Telecom Italia slides on report single network plan to be dropped

Italy refers to "broadband networks", plural, suggesting that the single network plan has been set aside

  
A man uses a Telecom Italia phone booth at a bus stop in Rome Image used for illustrative purpose

A man uses a Telecom Italia phone booth at a bus stop in Rome Image used for illustrative purpose

REUTERS/Chris Helgren

MILAN - Shares in Telecom Italia (TIM) fell as much as 9% on Thursday after a report suggesting the government led by Mario Draghi is set to drop a plan drafted by its predecessor to create a single ultra-fast broadband network for the country.

Rome has been trying to create a national network by merging state-backed Open Fiber with the whole of TIM's fixed access network assets to speed up fiber rollout across the country and close its digital gap with the rest of Europe.

But la Repubblica daily said on Thursday Draghi's government would not support the single network plan, citing an informal European Commission warning that it would reduce wholesale competition.

Italy's recovery plan submitted to the European Commission, refers to "broadband networks", plural, suggesting that the single network plan has been set aside, daily La Repubblica reported.

Both the Italian government and TIM declined to comment.

"If confirmed, it would be negative news for TIM," broker BestInver said, saying that the alternative solutions the government is exploring would be less beneficial for the former phone monopoly than the creation of a single network.

Telecom Italia shares were down 5.6% on the Milan bourse at 1000 GMT, the worst performing stock on the Italian blue-chip index.

Under the previous government's plan, TIM could initially own more than 50% of the new single network if justified by the value of its assets folded into it.
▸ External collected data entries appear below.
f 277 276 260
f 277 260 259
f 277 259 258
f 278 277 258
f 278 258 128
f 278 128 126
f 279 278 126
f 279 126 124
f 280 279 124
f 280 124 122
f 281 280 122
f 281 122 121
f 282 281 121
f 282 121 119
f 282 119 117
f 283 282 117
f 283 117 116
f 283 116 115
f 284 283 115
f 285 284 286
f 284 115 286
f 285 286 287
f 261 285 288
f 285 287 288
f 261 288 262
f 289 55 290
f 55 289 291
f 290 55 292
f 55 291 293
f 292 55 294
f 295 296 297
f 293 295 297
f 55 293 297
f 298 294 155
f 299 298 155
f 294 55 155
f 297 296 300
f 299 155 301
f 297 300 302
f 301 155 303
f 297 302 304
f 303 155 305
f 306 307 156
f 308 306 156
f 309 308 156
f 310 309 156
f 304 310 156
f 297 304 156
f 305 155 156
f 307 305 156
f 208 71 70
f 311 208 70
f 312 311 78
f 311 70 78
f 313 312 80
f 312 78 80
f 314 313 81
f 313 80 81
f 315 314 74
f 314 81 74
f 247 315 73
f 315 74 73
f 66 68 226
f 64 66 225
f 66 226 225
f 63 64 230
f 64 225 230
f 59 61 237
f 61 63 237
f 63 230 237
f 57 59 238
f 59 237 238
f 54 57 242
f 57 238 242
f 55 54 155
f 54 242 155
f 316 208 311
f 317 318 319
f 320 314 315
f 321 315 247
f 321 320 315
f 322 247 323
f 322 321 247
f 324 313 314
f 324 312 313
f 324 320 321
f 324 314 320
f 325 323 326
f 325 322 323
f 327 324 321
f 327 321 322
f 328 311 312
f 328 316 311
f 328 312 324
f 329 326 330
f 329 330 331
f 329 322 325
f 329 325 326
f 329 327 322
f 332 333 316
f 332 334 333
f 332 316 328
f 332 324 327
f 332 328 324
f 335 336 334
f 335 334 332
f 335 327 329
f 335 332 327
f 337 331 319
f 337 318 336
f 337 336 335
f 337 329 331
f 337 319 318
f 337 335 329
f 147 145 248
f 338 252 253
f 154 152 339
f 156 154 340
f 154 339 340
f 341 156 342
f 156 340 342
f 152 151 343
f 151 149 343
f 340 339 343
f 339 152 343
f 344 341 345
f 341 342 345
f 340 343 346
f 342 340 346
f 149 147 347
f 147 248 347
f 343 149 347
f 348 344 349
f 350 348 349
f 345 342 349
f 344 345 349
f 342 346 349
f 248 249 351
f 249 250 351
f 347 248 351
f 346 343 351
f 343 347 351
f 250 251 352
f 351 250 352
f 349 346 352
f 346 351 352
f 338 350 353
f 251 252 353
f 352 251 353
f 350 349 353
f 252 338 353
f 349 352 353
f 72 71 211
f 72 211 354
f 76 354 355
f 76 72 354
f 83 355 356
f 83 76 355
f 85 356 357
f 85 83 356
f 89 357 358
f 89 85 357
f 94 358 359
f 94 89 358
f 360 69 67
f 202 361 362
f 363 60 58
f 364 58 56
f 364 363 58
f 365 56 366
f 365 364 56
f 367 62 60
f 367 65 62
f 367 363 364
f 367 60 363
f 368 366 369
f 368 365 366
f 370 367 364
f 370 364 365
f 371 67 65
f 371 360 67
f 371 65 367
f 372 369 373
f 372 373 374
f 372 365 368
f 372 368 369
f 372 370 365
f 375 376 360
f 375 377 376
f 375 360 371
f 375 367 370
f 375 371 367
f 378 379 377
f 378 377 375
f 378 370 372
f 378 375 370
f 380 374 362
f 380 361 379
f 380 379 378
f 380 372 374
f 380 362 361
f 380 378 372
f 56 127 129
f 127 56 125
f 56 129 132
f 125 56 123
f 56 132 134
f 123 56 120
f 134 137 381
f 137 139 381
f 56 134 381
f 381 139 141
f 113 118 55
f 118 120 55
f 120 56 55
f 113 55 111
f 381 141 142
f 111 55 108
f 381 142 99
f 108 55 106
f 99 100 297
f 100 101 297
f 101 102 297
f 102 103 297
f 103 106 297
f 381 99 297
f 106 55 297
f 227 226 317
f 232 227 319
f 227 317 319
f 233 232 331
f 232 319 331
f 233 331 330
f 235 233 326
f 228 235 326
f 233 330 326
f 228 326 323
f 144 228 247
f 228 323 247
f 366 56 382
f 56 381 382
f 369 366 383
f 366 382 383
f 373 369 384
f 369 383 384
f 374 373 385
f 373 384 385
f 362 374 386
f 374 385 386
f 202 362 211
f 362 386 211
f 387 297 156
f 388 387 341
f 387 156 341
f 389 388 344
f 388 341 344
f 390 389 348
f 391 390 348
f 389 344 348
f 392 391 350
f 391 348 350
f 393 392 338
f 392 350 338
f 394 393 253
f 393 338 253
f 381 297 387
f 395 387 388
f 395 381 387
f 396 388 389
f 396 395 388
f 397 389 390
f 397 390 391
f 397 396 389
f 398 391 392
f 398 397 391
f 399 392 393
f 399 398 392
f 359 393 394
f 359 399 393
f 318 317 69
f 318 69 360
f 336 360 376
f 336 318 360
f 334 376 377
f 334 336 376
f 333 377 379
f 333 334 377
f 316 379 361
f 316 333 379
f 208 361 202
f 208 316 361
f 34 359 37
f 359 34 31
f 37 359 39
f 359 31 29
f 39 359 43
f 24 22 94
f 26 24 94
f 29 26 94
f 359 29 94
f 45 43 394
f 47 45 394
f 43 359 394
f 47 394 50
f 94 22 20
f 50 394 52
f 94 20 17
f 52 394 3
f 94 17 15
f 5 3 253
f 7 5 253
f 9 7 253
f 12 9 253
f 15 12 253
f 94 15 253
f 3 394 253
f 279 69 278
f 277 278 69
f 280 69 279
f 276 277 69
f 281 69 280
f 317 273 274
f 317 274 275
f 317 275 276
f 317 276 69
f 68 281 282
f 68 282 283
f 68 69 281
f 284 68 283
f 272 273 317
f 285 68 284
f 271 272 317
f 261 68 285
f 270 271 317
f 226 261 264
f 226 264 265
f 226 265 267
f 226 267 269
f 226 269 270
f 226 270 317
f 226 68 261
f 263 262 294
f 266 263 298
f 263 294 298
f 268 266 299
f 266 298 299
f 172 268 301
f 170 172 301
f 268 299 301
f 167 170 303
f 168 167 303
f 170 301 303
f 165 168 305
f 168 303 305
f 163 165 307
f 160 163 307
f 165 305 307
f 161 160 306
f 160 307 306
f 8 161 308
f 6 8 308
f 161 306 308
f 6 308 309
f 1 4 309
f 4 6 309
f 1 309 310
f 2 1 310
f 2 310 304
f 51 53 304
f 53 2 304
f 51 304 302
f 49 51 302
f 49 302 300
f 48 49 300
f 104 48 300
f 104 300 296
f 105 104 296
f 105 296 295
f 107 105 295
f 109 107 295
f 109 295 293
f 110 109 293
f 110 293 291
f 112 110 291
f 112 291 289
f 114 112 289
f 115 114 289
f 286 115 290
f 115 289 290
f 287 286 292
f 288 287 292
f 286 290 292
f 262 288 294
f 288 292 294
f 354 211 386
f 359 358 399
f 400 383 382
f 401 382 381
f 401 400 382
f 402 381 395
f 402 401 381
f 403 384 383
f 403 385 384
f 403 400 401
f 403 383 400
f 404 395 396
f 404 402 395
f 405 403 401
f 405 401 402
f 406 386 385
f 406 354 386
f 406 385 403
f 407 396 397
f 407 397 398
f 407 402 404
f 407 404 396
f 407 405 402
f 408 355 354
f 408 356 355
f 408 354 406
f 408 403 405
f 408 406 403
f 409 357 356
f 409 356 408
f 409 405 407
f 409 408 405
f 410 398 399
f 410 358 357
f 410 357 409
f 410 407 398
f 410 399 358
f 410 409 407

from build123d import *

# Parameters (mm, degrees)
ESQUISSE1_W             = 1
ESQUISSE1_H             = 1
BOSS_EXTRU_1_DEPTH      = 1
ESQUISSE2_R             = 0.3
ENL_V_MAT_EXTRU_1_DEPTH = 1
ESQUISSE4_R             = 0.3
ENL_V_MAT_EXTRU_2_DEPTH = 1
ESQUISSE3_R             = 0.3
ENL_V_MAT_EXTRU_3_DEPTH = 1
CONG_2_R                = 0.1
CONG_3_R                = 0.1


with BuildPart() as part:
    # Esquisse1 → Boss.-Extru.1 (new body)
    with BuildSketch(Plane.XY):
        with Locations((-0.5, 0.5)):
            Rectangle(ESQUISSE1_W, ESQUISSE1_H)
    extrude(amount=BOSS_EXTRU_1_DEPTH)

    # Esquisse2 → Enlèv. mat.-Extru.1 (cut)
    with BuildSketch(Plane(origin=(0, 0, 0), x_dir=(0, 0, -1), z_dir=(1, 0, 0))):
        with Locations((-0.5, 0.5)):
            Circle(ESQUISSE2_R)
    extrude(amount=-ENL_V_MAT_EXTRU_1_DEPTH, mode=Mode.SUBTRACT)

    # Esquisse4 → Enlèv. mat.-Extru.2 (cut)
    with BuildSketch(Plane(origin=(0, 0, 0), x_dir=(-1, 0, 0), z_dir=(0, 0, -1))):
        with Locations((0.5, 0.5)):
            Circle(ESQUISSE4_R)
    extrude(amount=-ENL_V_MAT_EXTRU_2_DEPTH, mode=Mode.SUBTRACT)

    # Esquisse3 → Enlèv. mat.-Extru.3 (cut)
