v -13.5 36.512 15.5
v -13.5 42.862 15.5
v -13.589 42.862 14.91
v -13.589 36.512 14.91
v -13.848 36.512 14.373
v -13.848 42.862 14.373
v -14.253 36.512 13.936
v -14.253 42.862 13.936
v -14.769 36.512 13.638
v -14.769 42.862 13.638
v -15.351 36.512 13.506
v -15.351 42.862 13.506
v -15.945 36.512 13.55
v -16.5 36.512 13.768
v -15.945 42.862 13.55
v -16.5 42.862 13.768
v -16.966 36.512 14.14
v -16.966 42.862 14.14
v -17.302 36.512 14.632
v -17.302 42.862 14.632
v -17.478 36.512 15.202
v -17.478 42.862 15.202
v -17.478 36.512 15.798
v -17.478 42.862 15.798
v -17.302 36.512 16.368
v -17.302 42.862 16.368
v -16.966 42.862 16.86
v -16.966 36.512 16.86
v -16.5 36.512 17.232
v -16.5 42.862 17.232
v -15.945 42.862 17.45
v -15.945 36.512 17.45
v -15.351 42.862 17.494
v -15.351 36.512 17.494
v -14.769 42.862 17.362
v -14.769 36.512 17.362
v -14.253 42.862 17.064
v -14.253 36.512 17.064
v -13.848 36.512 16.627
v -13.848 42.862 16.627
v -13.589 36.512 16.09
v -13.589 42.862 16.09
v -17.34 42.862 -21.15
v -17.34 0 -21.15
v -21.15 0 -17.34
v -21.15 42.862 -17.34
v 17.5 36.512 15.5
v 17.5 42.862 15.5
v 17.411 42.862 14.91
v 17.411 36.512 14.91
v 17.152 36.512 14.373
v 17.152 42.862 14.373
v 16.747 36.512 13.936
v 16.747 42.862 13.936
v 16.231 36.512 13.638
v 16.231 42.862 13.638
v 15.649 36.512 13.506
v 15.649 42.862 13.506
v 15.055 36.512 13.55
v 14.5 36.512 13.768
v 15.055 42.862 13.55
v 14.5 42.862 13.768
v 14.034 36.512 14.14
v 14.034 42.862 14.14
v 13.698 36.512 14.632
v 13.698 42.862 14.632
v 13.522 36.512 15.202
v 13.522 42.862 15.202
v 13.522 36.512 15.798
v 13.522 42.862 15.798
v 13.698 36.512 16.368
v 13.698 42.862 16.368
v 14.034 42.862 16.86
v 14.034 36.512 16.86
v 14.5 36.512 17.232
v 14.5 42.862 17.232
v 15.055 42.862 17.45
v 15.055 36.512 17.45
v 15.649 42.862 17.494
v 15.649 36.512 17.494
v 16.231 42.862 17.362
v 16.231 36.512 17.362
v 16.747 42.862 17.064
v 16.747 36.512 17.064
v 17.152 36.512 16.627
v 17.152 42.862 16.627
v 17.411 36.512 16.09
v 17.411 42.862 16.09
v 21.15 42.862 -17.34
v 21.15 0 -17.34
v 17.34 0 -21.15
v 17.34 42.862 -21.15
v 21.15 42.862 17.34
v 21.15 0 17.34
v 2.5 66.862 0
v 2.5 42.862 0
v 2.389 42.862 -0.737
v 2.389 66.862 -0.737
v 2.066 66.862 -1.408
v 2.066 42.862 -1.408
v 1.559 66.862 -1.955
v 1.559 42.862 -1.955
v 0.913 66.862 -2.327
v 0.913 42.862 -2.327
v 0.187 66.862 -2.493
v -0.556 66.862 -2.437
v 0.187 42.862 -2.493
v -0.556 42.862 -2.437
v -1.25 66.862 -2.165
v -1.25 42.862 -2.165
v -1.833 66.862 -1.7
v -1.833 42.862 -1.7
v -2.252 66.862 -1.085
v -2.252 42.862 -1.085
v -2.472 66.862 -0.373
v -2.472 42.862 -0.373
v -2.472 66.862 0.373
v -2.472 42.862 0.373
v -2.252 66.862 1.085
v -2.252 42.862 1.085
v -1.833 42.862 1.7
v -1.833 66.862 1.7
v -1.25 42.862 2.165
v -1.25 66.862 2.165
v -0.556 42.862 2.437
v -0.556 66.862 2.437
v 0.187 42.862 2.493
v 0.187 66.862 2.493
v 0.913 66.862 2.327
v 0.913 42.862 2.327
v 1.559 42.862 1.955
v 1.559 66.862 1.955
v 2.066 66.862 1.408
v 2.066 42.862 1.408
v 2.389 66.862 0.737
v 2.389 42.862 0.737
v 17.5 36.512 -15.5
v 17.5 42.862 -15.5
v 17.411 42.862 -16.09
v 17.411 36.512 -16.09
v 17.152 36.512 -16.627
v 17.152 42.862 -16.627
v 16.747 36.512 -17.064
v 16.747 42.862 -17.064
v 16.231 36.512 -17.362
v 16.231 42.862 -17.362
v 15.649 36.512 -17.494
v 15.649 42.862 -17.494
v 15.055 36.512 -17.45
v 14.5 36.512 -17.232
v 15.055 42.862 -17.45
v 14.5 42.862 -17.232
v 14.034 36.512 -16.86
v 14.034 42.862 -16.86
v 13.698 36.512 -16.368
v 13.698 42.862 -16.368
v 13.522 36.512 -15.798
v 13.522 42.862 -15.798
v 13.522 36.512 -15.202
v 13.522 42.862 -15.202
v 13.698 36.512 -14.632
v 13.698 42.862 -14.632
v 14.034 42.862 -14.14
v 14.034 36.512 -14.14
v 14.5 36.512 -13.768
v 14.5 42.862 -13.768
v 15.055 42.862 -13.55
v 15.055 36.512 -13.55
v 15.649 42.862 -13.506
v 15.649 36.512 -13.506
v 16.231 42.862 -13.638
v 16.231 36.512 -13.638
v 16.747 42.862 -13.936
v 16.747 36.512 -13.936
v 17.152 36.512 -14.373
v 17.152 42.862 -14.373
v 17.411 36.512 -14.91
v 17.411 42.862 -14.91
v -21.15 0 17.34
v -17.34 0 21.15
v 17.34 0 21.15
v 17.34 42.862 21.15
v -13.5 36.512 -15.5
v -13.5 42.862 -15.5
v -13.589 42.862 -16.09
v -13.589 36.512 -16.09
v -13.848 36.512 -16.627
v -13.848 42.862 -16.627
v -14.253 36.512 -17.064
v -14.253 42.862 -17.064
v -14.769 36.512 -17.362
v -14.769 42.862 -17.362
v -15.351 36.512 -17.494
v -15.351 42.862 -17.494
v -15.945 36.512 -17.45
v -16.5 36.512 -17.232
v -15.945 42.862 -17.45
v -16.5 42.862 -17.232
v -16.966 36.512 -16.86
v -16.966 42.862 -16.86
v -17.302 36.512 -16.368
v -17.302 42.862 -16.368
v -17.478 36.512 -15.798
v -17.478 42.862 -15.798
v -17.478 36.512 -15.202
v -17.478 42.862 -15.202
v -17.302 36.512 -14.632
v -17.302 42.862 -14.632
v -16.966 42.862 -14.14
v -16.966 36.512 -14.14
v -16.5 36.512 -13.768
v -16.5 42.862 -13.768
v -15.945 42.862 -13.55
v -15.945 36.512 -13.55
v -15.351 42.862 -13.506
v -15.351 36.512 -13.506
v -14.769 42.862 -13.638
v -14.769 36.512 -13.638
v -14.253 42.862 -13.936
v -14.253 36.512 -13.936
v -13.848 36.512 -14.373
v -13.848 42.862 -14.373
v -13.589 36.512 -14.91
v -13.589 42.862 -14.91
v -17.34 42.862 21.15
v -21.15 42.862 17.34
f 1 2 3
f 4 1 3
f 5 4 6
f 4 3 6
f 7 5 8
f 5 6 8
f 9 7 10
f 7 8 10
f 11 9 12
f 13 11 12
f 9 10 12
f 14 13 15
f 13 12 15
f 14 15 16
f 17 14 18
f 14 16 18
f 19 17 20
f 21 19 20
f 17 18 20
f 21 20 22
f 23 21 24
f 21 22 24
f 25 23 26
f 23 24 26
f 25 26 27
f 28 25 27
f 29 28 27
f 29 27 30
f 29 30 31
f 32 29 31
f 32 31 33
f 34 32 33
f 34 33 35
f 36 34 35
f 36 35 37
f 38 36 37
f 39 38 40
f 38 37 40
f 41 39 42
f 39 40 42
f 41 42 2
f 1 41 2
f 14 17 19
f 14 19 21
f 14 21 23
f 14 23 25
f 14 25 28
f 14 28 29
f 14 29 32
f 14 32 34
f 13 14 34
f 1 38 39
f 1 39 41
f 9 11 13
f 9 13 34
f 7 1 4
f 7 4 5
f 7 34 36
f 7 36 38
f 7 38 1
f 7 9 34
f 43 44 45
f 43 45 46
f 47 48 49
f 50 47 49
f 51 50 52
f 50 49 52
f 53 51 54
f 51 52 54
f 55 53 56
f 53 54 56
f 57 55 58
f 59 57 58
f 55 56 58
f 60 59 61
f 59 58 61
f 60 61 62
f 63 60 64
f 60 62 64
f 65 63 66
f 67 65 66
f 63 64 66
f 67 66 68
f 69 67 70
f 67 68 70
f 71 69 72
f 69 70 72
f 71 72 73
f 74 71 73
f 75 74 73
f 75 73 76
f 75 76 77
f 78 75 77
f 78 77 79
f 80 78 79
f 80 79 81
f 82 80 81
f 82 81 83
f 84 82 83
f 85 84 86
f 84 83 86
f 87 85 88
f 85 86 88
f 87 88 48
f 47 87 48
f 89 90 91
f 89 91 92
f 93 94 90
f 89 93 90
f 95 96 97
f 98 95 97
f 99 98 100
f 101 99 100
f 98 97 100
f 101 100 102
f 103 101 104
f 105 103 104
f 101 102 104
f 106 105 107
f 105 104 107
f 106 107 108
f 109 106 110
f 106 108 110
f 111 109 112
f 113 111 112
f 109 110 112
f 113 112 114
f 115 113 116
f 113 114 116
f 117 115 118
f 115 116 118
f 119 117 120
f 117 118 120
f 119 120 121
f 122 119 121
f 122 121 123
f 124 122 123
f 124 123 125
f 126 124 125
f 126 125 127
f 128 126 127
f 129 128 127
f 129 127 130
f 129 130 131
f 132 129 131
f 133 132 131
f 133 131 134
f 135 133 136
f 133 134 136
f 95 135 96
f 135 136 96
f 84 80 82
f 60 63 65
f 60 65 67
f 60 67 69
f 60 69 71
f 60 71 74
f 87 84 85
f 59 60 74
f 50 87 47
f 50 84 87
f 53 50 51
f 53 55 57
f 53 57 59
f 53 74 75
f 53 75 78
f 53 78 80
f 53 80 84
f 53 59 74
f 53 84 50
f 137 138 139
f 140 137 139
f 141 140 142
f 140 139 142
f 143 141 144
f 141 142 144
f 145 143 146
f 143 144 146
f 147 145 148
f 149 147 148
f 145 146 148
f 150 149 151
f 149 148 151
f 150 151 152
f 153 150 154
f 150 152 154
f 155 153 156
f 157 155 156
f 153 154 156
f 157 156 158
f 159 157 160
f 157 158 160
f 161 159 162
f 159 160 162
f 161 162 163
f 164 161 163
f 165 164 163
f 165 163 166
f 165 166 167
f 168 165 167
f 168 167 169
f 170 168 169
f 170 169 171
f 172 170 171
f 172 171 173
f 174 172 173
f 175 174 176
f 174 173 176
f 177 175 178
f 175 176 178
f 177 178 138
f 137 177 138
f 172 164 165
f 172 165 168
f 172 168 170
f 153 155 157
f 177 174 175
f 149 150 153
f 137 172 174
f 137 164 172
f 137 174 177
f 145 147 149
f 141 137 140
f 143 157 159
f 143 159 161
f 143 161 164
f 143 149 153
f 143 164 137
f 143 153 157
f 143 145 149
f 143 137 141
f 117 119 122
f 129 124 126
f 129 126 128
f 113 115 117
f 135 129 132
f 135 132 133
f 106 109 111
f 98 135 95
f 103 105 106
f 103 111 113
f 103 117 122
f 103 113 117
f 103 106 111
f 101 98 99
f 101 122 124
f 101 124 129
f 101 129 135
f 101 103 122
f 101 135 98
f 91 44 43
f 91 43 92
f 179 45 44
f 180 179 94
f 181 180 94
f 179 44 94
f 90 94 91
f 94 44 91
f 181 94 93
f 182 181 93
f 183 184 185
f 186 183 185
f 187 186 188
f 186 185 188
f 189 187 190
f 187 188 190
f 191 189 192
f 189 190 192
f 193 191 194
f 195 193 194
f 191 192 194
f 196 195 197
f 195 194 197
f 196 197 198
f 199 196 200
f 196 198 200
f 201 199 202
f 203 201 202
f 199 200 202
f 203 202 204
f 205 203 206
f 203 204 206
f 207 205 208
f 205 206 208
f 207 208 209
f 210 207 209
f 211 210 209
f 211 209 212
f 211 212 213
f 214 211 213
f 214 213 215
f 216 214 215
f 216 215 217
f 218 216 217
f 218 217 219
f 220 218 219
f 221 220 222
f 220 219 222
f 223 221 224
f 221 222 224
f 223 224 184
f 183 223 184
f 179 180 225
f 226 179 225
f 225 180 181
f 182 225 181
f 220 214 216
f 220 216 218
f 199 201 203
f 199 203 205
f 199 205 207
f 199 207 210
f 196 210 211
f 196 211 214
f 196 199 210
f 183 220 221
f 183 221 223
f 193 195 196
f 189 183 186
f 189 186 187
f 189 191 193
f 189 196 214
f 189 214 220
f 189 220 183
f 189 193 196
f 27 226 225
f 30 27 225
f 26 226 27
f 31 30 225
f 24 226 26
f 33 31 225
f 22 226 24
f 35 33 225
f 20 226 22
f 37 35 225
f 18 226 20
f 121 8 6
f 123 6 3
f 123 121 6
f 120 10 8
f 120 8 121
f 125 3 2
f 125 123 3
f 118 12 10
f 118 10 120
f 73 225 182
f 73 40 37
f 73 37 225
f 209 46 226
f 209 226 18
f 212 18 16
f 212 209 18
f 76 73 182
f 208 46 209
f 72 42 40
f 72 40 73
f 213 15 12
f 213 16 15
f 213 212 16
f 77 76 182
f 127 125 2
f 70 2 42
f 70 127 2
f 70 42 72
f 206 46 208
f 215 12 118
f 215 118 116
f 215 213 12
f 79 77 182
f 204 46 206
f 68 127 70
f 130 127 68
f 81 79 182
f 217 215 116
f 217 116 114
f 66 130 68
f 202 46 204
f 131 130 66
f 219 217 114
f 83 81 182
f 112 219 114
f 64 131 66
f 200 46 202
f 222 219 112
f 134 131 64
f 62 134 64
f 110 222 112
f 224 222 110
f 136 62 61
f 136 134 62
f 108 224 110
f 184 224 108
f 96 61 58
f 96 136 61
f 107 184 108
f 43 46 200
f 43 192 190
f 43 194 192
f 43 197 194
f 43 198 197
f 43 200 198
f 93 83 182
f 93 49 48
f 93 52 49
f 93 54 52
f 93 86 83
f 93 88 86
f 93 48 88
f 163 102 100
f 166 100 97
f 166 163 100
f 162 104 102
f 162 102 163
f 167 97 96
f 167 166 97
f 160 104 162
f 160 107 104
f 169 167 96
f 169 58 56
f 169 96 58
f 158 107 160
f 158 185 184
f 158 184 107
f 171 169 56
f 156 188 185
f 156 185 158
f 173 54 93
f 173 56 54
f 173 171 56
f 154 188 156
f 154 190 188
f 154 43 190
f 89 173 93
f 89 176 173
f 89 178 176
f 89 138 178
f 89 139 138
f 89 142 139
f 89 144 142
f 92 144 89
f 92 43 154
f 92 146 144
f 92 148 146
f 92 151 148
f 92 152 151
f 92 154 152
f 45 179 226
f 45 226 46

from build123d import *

# Parameters (mm, degrees)
SKETCH1_W           = 42.299999982
SKETCH1_H           = 42.299999982
BOSS_EXTRUDE1_DEPTH = 42.8625
SKETCH2_R           = 2
CUT_EXTRUDE1_DEPTH  = 6.35
CHAMFER1_SIZE       = 3.81
SKETCH3_R           = 2.5
BOSS_EXTRUDE2_DEPTH = 24


with BuildPart() as part:
    # Sketch1 → Boss-Extrude1 (new body)
    with BuildSketch(Plane(origin=(0, 0, 0), x_dir=(1, 0, 0), z_dir=(0, 1, 0))):
        Rectangle(SKETCH1_W, SKETCH1_H)
    extrude(amount=BOSS_EXTRUDE1_DEPTH)

    # Sketch2 → Cut-Extrude1 (cut)
    with BuildSketch(Plane(origin=(0, 42.8625, 0), x_dir=(1, 0, 0), z_dir=(0, 1, 0))):
        with Locations((-15.499999988, -15.499999988)):
            Circle(SKETCH2_R)
        with Locations((-15.499999988, 15.499999988)):
            Circle(SKETCH2_R)
        with Locations((15.499999988, 15.499999988)):
            Circle(SKETCH2_R)
        with Locations((15.499999988, -15.499999988)):
            Circle(SKETCH2_R)
    extrude(amount=-CUT_EXTRUDE1_DEPTH, mode=Mode.SUBTRACT)

    # Chamfer1
    chamfer1_edges = [part.edges().sort_by_distance(p)[0] for p in [
        (-21.149999991, 21.43125, -21.149999991),
        (21.149999991, 21.43125, -21.149999991),
        (21.149999991, 21.43125, 21.149999991),
        (-21.149999991, 21.43125, 21.149999991),
    ]]
    chamfer(chamfer1_edges, length=CHAMFER1_SIZE)

    # Sketch3 → Boss-Extrude2 (add)
    with BuildSketch(Plane(origin=(0, 42.8625, 0), x_dir=(1, 0, 0), z_dir=(0, 1, 0))):
        Circle(SKETCH3_R)
    extrude(amount=BOSS_EXTRUDE2_DEPTH)


solid = part.part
But equal access would have to be granted to all market players.

Under that plan, the new entity, called AccessCo, could be eligible for billions of euros of EU Recovery Fund money to upgrade the country's network.

The final say on the network's strategic issues would lie with state lender Cassa Depositi e Prestiti (CDP), which is also TIM's second largest shareholder and is set to take control of Open Fiber later this year.

TIM has repeatedly said it would not agree to owning less than 50% of any combined entity with Open Fiber.

Ministers in Draghi's government have publicly cast doubt over the plans. 

Sources have told Reuters the government was looking at alternatives to speed up the broadband rollout, including a less ambitious plan to merge Open Fiber with Fibercop, a vehicle controlled by TIM that runs the group's secondary network going from street cabinets to homes. 

Italy's ruling parties have also been discussing a plan to pull together all the country's telecom operators in a consortium to speed up the rollout of ultra-fast infrastructure nationwide, a document seen by Reuters showed.